My position, given the peer reviewed literature, is that GHGs reduction policy should be based on the fact that the issue is uncertain, rather than certain. For example, say there was a pesticide that was being used, and at the same time all the bees where dying, yet there was no solid proof that the compound was the direct cause of the bees demise, surely the most prudent action would be to reduce the use of the compound? A precaution.
But with climate science, to a degree the opposite has occurred. Action on reductions is not viewed as an insurance problem due to uncertainty. Why would a scientist challenge the view that the pesticide is not the primary cause? Even though it could be an introduced pest that is having the greatest impact on the bees, which, ironically, could be controlled by a pesticide?
Jbar says
Statistically global temperatures are still within the rising 35 year trend channel, and it has been a while since we had a bona fide El Nino, but 5 more years of this and we’ll officially have broken out of the 35 year rising trend.
indigo says
And I thought the science was settled. Silly me.
Olaf Koenders says
That’s just silly. ARGO can’t find it. You seem to suggest that hot water doesn’t rise. There’s even a comment here from someone stating “heat is not temperature”. WHAT?!
Notably your “chart” above doesn’t show any acceleration whatsoever and, there’s no Y-scale. Are you measuring this in phlogistons?
Sea levels have been rising for tens of thousands of years, since the last deep ice age ended. There’s no acceleration evident today. Have you taken land subsidence into account? Have you even noticed charts of where it’s slowed?

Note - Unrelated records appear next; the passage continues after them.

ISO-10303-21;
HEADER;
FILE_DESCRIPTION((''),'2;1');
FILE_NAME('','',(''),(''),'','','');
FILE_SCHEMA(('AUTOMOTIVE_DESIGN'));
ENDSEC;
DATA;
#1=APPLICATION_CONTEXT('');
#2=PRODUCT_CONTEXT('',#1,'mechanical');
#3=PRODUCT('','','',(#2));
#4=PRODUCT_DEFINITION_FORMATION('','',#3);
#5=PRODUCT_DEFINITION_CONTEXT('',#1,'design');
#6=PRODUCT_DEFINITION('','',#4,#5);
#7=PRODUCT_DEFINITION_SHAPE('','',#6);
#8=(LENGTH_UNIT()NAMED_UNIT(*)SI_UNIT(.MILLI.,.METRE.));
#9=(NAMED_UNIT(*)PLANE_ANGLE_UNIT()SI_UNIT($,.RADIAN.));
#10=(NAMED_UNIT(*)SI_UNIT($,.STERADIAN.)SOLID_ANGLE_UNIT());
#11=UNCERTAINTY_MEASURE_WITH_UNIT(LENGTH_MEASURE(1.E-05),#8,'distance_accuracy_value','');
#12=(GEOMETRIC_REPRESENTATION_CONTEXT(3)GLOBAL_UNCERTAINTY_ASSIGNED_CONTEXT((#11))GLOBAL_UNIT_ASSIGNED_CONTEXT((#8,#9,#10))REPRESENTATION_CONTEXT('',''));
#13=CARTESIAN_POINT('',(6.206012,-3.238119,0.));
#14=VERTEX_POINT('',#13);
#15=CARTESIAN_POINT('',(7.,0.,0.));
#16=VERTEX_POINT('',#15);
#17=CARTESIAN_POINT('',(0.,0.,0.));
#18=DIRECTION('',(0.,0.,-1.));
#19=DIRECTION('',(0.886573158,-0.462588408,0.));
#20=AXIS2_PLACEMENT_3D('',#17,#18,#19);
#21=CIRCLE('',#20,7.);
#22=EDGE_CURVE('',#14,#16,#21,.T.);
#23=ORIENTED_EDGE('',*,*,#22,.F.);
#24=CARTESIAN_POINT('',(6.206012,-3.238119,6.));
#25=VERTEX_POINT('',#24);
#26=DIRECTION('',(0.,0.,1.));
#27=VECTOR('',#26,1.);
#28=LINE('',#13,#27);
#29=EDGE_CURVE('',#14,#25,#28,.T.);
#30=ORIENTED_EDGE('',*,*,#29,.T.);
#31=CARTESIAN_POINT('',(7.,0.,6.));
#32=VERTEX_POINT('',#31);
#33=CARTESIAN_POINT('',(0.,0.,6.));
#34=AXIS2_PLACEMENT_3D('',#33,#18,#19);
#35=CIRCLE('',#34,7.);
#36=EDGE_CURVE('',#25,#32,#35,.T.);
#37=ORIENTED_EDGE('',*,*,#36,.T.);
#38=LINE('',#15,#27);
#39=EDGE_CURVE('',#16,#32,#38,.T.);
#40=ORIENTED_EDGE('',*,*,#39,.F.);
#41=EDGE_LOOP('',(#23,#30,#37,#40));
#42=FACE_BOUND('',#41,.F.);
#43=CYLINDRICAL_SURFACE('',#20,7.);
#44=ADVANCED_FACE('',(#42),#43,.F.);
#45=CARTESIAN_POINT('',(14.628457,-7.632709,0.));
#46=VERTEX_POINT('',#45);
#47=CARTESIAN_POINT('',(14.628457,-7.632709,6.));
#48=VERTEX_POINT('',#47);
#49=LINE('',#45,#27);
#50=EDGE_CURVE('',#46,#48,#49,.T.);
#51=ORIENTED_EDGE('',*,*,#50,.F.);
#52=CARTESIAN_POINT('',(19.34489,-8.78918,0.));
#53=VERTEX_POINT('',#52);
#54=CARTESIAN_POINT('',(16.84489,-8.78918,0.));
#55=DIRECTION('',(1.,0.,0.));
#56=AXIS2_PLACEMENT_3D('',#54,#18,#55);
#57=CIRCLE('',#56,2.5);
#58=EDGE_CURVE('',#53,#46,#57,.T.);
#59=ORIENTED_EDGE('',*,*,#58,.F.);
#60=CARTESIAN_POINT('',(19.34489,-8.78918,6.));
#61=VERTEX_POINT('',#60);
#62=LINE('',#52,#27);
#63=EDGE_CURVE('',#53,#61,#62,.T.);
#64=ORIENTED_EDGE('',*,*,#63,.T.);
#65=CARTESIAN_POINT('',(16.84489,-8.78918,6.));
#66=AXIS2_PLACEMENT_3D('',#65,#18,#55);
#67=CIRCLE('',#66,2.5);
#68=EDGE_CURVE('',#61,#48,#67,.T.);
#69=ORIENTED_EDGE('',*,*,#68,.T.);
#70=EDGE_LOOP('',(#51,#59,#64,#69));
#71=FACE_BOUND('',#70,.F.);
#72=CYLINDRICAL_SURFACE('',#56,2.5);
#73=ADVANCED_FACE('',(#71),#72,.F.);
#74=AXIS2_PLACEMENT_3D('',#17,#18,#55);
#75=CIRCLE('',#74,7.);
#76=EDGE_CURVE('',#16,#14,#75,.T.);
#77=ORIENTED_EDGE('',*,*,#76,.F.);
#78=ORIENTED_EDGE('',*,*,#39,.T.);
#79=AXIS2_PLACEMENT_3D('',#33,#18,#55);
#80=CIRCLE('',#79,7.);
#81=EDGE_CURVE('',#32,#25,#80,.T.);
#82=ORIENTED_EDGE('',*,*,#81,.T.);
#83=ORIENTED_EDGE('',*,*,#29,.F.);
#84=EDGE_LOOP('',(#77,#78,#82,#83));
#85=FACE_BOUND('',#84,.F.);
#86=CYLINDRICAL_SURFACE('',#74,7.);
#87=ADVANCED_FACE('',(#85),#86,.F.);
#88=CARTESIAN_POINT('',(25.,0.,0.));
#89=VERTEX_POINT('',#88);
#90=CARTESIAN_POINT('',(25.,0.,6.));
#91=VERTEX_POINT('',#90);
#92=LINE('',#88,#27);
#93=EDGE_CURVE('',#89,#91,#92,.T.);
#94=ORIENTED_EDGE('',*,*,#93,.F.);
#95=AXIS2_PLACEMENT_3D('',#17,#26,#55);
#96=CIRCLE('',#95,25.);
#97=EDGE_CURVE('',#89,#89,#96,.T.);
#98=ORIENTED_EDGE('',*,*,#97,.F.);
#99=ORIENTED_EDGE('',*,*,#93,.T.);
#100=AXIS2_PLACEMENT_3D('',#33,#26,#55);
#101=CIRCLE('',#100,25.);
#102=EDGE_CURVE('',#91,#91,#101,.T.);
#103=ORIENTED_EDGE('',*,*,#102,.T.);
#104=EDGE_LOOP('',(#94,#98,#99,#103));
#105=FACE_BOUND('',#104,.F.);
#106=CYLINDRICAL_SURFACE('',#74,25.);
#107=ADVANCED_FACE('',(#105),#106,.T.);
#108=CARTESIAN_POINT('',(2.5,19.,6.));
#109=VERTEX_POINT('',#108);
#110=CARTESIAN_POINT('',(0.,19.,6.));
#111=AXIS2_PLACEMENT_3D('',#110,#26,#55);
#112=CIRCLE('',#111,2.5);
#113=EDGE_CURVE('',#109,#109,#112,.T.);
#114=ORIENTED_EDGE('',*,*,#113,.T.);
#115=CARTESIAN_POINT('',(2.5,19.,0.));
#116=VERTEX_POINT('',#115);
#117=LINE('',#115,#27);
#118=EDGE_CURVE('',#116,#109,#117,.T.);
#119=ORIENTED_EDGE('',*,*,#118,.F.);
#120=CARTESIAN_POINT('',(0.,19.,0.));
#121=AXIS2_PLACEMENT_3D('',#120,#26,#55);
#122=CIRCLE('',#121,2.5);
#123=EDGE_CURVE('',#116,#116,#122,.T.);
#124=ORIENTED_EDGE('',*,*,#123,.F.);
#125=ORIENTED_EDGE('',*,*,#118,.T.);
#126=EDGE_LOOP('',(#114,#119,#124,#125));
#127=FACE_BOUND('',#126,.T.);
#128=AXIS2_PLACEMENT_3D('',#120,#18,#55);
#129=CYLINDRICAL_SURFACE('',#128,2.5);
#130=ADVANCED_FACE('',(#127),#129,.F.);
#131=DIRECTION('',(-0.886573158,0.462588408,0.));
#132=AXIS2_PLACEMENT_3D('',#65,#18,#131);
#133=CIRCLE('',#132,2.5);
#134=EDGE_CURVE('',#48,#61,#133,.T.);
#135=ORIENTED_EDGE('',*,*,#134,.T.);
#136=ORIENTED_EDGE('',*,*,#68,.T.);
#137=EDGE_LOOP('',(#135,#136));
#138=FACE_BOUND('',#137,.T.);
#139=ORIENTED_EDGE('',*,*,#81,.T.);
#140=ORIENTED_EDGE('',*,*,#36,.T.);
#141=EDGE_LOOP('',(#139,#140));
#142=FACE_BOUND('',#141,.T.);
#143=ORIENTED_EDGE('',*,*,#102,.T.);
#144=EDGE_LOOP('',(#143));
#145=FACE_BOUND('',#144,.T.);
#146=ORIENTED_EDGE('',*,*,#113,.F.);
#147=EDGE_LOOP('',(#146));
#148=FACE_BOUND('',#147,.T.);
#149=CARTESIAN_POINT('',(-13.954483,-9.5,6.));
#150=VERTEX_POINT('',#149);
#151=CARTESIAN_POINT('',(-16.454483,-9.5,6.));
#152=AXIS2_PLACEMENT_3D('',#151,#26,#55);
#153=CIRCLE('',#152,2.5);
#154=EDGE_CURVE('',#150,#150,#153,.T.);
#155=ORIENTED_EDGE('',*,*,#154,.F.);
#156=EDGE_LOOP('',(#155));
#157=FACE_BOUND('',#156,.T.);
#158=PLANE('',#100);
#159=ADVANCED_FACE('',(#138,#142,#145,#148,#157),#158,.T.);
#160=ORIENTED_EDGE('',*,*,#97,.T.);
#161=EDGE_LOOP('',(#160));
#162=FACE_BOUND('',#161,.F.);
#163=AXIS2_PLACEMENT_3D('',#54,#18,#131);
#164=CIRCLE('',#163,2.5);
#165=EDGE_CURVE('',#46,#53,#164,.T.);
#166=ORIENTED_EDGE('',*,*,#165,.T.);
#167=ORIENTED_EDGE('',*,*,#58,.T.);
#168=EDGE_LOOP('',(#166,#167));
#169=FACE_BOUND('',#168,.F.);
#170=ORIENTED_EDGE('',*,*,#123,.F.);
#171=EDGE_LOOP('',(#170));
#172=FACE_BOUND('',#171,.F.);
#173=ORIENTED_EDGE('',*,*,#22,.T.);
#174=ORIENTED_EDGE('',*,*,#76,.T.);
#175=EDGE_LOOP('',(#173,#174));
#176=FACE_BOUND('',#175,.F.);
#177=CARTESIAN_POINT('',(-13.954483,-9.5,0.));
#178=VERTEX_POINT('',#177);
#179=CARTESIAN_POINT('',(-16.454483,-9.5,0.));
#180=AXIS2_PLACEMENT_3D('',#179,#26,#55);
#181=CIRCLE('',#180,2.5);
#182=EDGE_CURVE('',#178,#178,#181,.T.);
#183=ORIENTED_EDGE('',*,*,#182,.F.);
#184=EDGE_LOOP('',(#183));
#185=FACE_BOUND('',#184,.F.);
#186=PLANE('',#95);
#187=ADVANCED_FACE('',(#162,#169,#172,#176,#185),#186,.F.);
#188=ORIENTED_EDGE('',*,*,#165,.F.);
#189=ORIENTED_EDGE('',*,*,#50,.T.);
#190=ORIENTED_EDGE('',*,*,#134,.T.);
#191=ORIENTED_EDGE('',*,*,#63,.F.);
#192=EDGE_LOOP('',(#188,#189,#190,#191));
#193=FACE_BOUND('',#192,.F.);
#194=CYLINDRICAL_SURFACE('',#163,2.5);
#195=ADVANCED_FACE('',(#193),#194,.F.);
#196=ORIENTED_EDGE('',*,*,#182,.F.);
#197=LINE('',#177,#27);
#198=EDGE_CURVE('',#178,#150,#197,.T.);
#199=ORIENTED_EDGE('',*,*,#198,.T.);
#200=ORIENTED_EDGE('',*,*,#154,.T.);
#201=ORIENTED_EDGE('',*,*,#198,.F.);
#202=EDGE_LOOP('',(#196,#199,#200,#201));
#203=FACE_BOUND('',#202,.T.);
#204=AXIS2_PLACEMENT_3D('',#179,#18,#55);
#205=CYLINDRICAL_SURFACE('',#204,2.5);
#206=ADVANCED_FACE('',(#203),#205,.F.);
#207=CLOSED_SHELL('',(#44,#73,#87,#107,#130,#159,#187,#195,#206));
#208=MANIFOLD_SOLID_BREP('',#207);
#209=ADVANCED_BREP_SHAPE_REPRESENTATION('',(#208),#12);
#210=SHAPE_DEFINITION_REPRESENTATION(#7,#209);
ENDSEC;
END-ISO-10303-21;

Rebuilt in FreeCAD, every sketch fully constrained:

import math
import FreeCAD as App
import Part
import Sketcher

V = App.Vector
Q = App.Units.Quantity

doc = App.newDocument("Part")
body = doc.addObject("PartDesign::Body", "Body")

sketch1 = body.newObject("Sketcher::SketchObject", "Sketch")
sketch1.AttachmentSupport = (doc.getObject("XY_Plane"), [""])
sketch1.MapMode = "FlatFace"
sketch1.addGeometry(Part.Circle(V(0, 0, 0), V(0, 0, 1), 25), False)
sketch1.addGeometry(Part.Circle(V(-16.454483, -9.5, 0), V(0, 0, 1), 2.5), False)
sketch1.addGeometry(Part.ArcOfCircle(Part.Circle(V(0, 0, 0), V(0, 0, 1), 7), math.radians(-27.554259), math.radians(0)), False)
sketch1.addGeometry(Part.ArcOfCircle(Part.Circle(V(0, 0, 0), V(0, 0, 1), 7), math.radians(0), math.radians(332.445741)), False)
sketch1.addGeometry(Part.ArcOfCircle(Part.Circle(V(16.84489, -8.78918, 0), V(0, 0, 1), 2.5), math.radians(0), math.radians(152.445741)), False)
sketch1.addGeometry(Part.ArcOfCircle(Part.Circle(V(16.84489, -8.78918, 0), V(0, 0, 1), 2.5), math.radians(152.445741), math.radians(360)), False)
sketch1.addGeometry(Part.Circle(V(0, 19, 0), V(0, 0, 1), 2.5), False)
sketch1.addConstraint(Sketcher.Constraint("Tangent", 2, 1, 3, 2))
sketch1.addConstraint(Sketcher.Constraint("Coincident", 3, 1, 2, 2))
sketch1.addConstraint(Sketcher.Constraint("Tangent", 4, 1, 5, 2))
sketch1.addConstraint(Sketcher.Constraint("Coincident", 5, 1, 4, 2))
sketch1.addConstraint(Sketcher.Constraint("Coincident", 0, 3, -1, 1))
sketch1.addConstraint(Sketcher.Constraint("Coincident", 2, 3, -1, 1))
sketch1.addConstraint(Sketcher.Constraint("Equal", 1, 4))
sketch1.addConstraint(Sketcher.Constraint("Equal", 5, 6))
sketch1.addConstraint(Sketcher.Constraint("PointOnObject", 6, 3, -2))
sketch1.addConstraint(Sketcher.Constraint("PointOnObject", 3, 1, -1))
sketch1.addConstraint(Sketcher.Constraint("Horizontal", 5, 3, 4, 1))
sketch1.addConstraint(Sketcher.Constraint("Diameter", 0, Q("50 mm")))
sketch1.addConstraint(Sketcher.Constraint("Diameter", 1, Q("5 mm")))
sketch1.addConstraint(Sketcher.Constraint("Radius", 2, Q("7 mm")))
sketch1.addConstraint(Sketcher.Constraint("DistanceY", -1, 1, 6, 3, Q("19 mm")))
sketch1.addConstraint(Sketcher.Constraint("DistanceY", 1, 3, -1, 1, Q("9.5 mm")))
sketch1.addConstraint(Sketcher.Constraint("DistanceX", -1, 1, 4, 3, Q("16.84489 mm")))
sketch1.addConstraint(Sketcher.Constraint("DistanceY", 4, 3, -1, 1, Q("8.78918 mm")))
sketch1.addConstraint(Sketcher.Constraint("DistanceY", 2, 1, -1, 1, Q("3.238119 mm")))
sketch1.addConstraint(Sketcher.Constraint("DistanceY", 5, 1, -1, 1, Q("7.632709 mm")))
sketch1.addConstraint(Sketcher.Constraint("DistanceX", 1, 3, -1, 1, Q("16.454483 mm")))
pad1 = body.newObject("PartDesign::Pad", "Pad")
pad1.Profile = sketch1
pad1.Length = 6

doc.recompute()
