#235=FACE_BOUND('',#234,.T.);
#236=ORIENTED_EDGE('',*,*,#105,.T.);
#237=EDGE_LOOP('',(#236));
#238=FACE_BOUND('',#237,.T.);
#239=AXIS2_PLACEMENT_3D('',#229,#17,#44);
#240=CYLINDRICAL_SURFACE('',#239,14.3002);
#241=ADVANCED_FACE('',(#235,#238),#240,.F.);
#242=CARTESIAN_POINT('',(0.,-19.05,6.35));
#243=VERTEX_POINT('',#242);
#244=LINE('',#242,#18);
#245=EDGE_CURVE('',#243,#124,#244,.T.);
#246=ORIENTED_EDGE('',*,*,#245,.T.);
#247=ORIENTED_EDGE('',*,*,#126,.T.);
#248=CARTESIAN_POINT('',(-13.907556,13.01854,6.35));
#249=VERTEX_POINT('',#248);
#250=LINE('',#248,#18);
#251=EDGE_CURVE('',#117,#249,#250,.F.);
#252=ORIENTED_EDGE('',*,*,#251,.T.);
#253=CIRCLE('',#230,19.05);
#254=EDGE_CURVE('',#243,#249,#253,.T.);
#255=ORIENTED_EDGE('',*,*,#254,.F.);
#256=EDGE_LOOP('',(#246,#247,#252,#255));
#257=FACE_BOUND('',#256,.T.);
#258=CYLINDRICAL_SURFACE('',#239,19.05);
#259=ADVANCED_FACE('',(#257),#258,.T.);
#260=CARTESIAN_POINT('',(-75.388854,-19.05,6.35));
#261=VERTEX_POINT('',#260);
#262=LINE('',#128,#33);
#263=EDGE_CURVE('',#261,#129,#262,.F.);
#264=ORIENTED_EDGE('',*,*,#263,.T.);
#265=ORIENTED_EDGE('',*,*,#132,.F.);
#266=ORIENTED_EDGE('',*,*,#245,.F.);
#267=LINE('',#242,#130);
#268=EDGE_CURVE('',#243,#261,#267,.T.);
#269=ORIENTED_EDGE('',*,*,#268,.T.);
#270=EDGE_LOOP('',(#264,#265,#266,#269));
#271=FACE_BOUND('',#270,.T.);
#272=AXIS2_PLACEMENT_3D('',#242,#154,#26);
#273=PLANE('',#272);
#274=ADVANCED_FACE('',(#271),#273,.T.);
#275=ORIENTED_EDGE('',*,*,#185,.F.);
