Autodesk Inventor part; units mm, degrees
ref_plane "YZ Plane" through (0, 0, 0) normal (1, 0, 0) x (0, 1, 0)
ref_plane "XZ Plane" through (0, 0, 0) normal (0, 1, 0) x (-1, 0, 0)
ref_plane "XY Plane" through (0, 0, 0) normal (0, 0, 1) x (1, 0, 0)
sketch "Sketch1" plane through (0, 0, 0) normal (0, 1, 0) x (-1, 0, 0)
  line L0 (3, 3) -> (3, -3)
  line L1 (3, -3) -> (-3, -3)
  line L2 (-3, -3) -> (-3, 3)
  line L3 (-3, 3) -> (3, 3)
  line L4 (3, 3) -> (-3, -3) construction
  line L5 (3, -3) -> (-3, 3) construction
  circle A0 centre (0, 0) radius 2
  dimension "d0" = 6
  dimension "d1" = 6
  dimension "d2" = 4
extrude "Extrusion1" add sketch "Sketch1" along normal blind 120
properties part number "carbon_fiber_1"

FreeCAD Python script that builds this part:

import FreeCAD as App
import Part
import Sketcher
from FreeCAD import Vector


def add_polygon(sketch, points):
    """Adds a closed chain of lines whose ends are joined by coincident constraints."""
    first, n = sketch.GeometryCount, len(points)
    for a, b in zip(points, points[1:] + points[:1]):
        sketch.addGeometry(Part.LineSegment(App.Vector(*a, 0), App.Vector(*b, 0)), False)
    for i in range(n):
        sketch.addConstraint(Sketcher.Constraint("Coincident", first + i, 2, first + (i + 1) % n, 1))

doc = App.newDocument("Part")
body = doc.addObject("PartDesign::Body", "Body")

sketch1 = body.newObject("Sketcher::SketchObject", "Sketch")
sketch1.AttachmentSupport = (doc.getObject("XZ_Plane"), [""])
sketch1.MapMode = "FlatFace"
add_polygon(sketch1, [(-3, -3), (-3, 3), (3, 3), (3, -3)])
sketch1.addGeometry(Part.Circle(Vector(0, 0, 0), Vector(0, 0, 1), 2), False)
sketch1.addConstraint(Sketcher.Constraint("Vertical", 0))
sketch1.addConstraint(Sketcher.Constraint("Horizontal", 1))
sketch1.addConstraint(Sketcher.Constraint("Vertical", 2))
sketch1.addConstraint(Sketcher.Constraint("Horizontal", 3))
sketch1.addConstraint(Sketcher.Constraint("Coincident", 4, 3, -1, 1))
sketch1.addConstraint(Sketcher.Constraint("Symmetric", 0, 2, 2, 2, -1, 1))
sketch1.addConstraint(Sketcher.Constraint("Equal", 3, 0))
sketch1.addConstraint(Sketcher.Constraint("Diameter", 4, 4.0))
sketch1.addConstraint(Sketcher.Constraint("DistanceX", 1, 1, 1, 2, 6.0))
pad1 = body.newObject("PartDesign::Pad", "Pad")
pad1.Profile = sketch1
pad1.Length = 120
pad1.Reversed = True

doc.recompute()
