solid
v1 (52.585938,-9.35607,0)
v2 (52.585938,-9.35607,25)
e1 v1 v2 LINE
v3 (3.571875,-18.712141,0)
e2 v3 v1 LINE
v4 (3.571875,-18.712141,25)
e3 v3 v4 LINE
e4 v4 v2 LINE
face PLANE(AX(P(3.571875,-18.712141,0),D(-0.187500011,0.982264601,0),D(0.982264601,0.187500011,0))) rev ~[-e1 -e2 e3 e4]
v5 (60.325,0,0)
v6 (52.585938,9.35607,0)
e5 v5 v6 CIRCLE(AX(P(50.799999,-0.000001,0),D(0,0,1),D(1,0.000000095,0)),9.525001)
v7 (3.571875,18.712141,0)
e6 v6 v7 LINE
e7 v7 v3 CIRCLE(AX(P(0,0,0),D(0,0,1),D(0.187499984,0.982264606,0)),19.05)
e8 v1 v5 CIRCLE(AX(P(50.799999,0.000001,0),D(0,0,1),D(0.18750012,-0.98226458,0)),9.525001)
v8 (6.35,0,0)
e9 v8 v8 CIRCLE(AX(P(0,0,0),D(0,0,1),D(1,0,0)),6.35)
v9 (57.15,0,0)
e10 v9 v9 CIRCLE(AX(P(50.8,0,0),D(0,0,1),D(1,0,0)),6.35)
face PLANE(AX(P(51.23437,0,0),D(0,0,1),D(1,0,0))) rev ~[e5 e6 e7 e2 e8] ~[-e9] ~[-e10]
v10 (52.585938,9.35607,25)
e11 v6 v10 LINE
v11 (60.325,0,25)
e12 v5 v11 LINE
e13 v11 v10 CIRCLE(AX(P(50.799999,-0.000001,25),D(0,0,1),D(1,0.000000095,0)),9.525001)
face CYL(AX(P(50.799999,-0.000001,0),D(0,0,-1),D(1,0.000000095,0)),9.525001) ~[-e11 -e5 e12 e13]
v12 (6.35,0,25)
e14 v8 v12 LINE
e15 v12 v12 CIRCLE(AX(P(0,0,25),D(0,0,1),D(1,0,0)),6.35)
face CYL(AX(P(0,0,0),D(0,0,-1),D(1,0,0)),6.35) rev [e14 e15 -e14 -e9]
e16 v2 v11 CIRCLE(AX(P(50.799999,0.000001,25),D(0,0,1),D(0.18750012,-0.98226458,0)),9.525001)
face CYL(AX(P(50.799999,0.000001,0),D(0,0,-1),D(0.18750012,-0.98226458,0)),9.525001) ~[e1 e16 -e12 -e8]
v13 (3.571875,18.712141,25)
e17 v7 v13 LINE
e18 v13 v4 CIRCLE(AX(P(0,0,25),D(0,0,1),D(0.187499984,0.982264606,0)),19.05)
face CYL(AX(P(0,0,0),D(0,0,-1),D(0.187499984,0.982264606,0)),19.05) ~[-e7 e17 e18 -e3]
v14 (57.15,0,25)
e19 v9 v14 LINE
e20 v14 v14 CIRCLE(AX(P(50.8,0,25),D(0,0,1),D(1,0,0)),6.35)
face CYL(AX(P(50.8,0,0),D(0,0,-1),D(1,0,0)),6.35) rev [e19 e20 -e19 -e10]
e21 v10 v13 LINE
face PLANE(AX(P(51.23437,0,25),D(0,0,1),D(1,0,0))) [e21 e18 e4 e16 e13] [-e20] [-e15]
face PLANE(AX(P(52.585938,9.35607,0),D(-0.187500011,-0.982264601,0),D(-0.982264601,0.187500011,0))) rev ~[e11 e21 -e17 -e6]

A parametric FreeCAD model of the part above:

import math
import FreeCAD as App
import Part
import Sketcher
Q = App.Units.Quantity

doc = App.newDocument("Part")
body = doc.addObject("PartDesign::Body", "Body")

sketch1 = doc.addObject("Sketcher::SketchObject", "Sketch")
body.addObject(sketch1)
sketch1.AttachmentSupport = (doc.XY_Plane, [""])
sketch1.MapMode = "FlatFace"
sketch1.addGeometry(Part.ArcOfCircle(Part.Circle(App.Vector(51, 0, 0), App.Vector(0, 0, 1), 10), math.radians(0), math.radians(79)), False)
sketch1.addGeometry(Part.LineSegment(App.Vector(53, 9, 0), App.Vector(4, 19, 0)), False)
sketch1.addGeometry(Part.ArcOfCircle(Part.Circle(App.Vector(0, 0, 0), App.Vector(0, 0, 1), 19), math.radians(79), math.radians(281)), False)
sketch1.addGeometry(Part.LineSegment(App.Vector(4, -19, 0), App.Vector(53, -9, 0)), False)
sketch1.addGeometry(Part.ArcOfCircle(Part.Circle(App.Vector(51, 0, 0), App.Vector(0, 0, 1), 10), math.radians(-79), math.radians(0)), False)
sketch1.addGeometry(Part.Circle(App.Vector(0, 0, 0), App.Vector(0, 0, 1), 6), False)
sketch1.addGeometry(Part.Circle(App.Vector(51, 0, 0), App.Vector(0, 0, 1), 6), False)
sketch1.addConstraint(Sketcher.Constraint("Tangent", 0, 2, 1, 1))
sketch1.addConstraint(Sketcher.Constraint("Tangent", 1, 2, 2, 1))
sketch1.addConstraint(Sketcher.Constraint("Tangent", 2, 2, 3, 1))
sketch1.addConstraint(Sketcher.Constraint("Tangent", 3, 2, 4, 1))
sketch1.addConstraint(Sketcher.Constraint("Tangent", 4, 2, 0, 1))
sketch1.addConstraint(Sketcher.Constraint("Coincident", 2, 3, -1, 1))
sketch1.addConstraint(Sketcher.Constraint("Coincident", 5, 3, -1, 1))
sketch1.addConstraint(Sketcher.Constraint("Coincident", 6, 3, 0, 3))
sketch1.addConstraint(Sketcher.Constraint("Equal", 0, 4))
sketch1.addConstraint(Sketcher.Constraint("Equal", 5, 6))
sketch1.addConstraint(Sketcher.Constraint("PointOnObject", 0, 3, -1))
sketch1.addConstraint(Sketcher.Constraint("PointOnObject", 4, 2, -1))
sketch1.addConstraint(Sketcher.Constraint("Diameter", 5, Q("0.5 in")))
sketch1.addConstraint(Sketcher.Constraint("Radius", 2, Q("0.75 in")))
sketch1.addConstraint(Sketcher.Constraint("DistanceX", -1, 1, 0, 3, Q("2 in")))
sketch1.addConstraint(Sketcher.Constraint("Radius", 0, Q("0.375 in")))
pad1 = doc.addObject("PartDesign::Pad", "Pad")
body.addObject(pad1)
pad1.Profile = sketch1
pad1.Length = 25

doc.recompute()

How did the Australian Aborigine cross the oceans to get here? Maybe you should see this:
http://www.migrationheritage.nsw.gov.au/objects-through-time/essays/50000-years-before-present/attachment/map-of-ice-age-aust
You seem utterly convinced that man-made CO2 (still a tiny trace gas in our atmosphere at 0.0397%) is going to burn the planet to hell tomorrow. Of course, when it comes to doomsayers, it’s always tomorrow, next week or in the future. That just continues until the next fearmongering “fad” comes along to be likewise always “predicted” in the future. Some questions for you:
Every exhalation is around 4% CO2 (40,000ppm – atmospere now 397ppm). How is it you don’t burn your tongue in the sun when you exhale that ENORMOUS 4% of CO2?
How is it that delicate aragonite corals evolved when CO2 was some 20x higher than today?
With CO2 so much higher in the past and you expecting a LINEAR scale to CO2 heat trapping effect, why was there never a runaway greenhouse, ever?
How is it that CO2 was many times higher than today even during deep ice ages?
You understand that CO2 is necessary for photosynthesis and farmers actually pump CO2 into their greenhouses to increase yields, right?
Do you know that Viking graves in Greenland now are in permafrost – something you can’t dig without hydraulics? Vikings colonised and farmed Greenland 1000 years ago, why did they leave 300 years later?
The Little Ice Age is documented in paintings from the 1600’s where the Thames and Hudson rivers froze 10ft thick and the locals held fairs on them. Are you aware of this at all? Are you aware this was caused by the “Maunder Minimum”, a time when very few Sunspots and Solar activity occurred?
Do you remember when an imminent “ice age” was predicted in the 70’s?
Are you aware that Global temps rose sharply between 1910 and 1940, then fell sharply between the 40’s to the 70’s? Did Man have something to do with it or is my next question the answer?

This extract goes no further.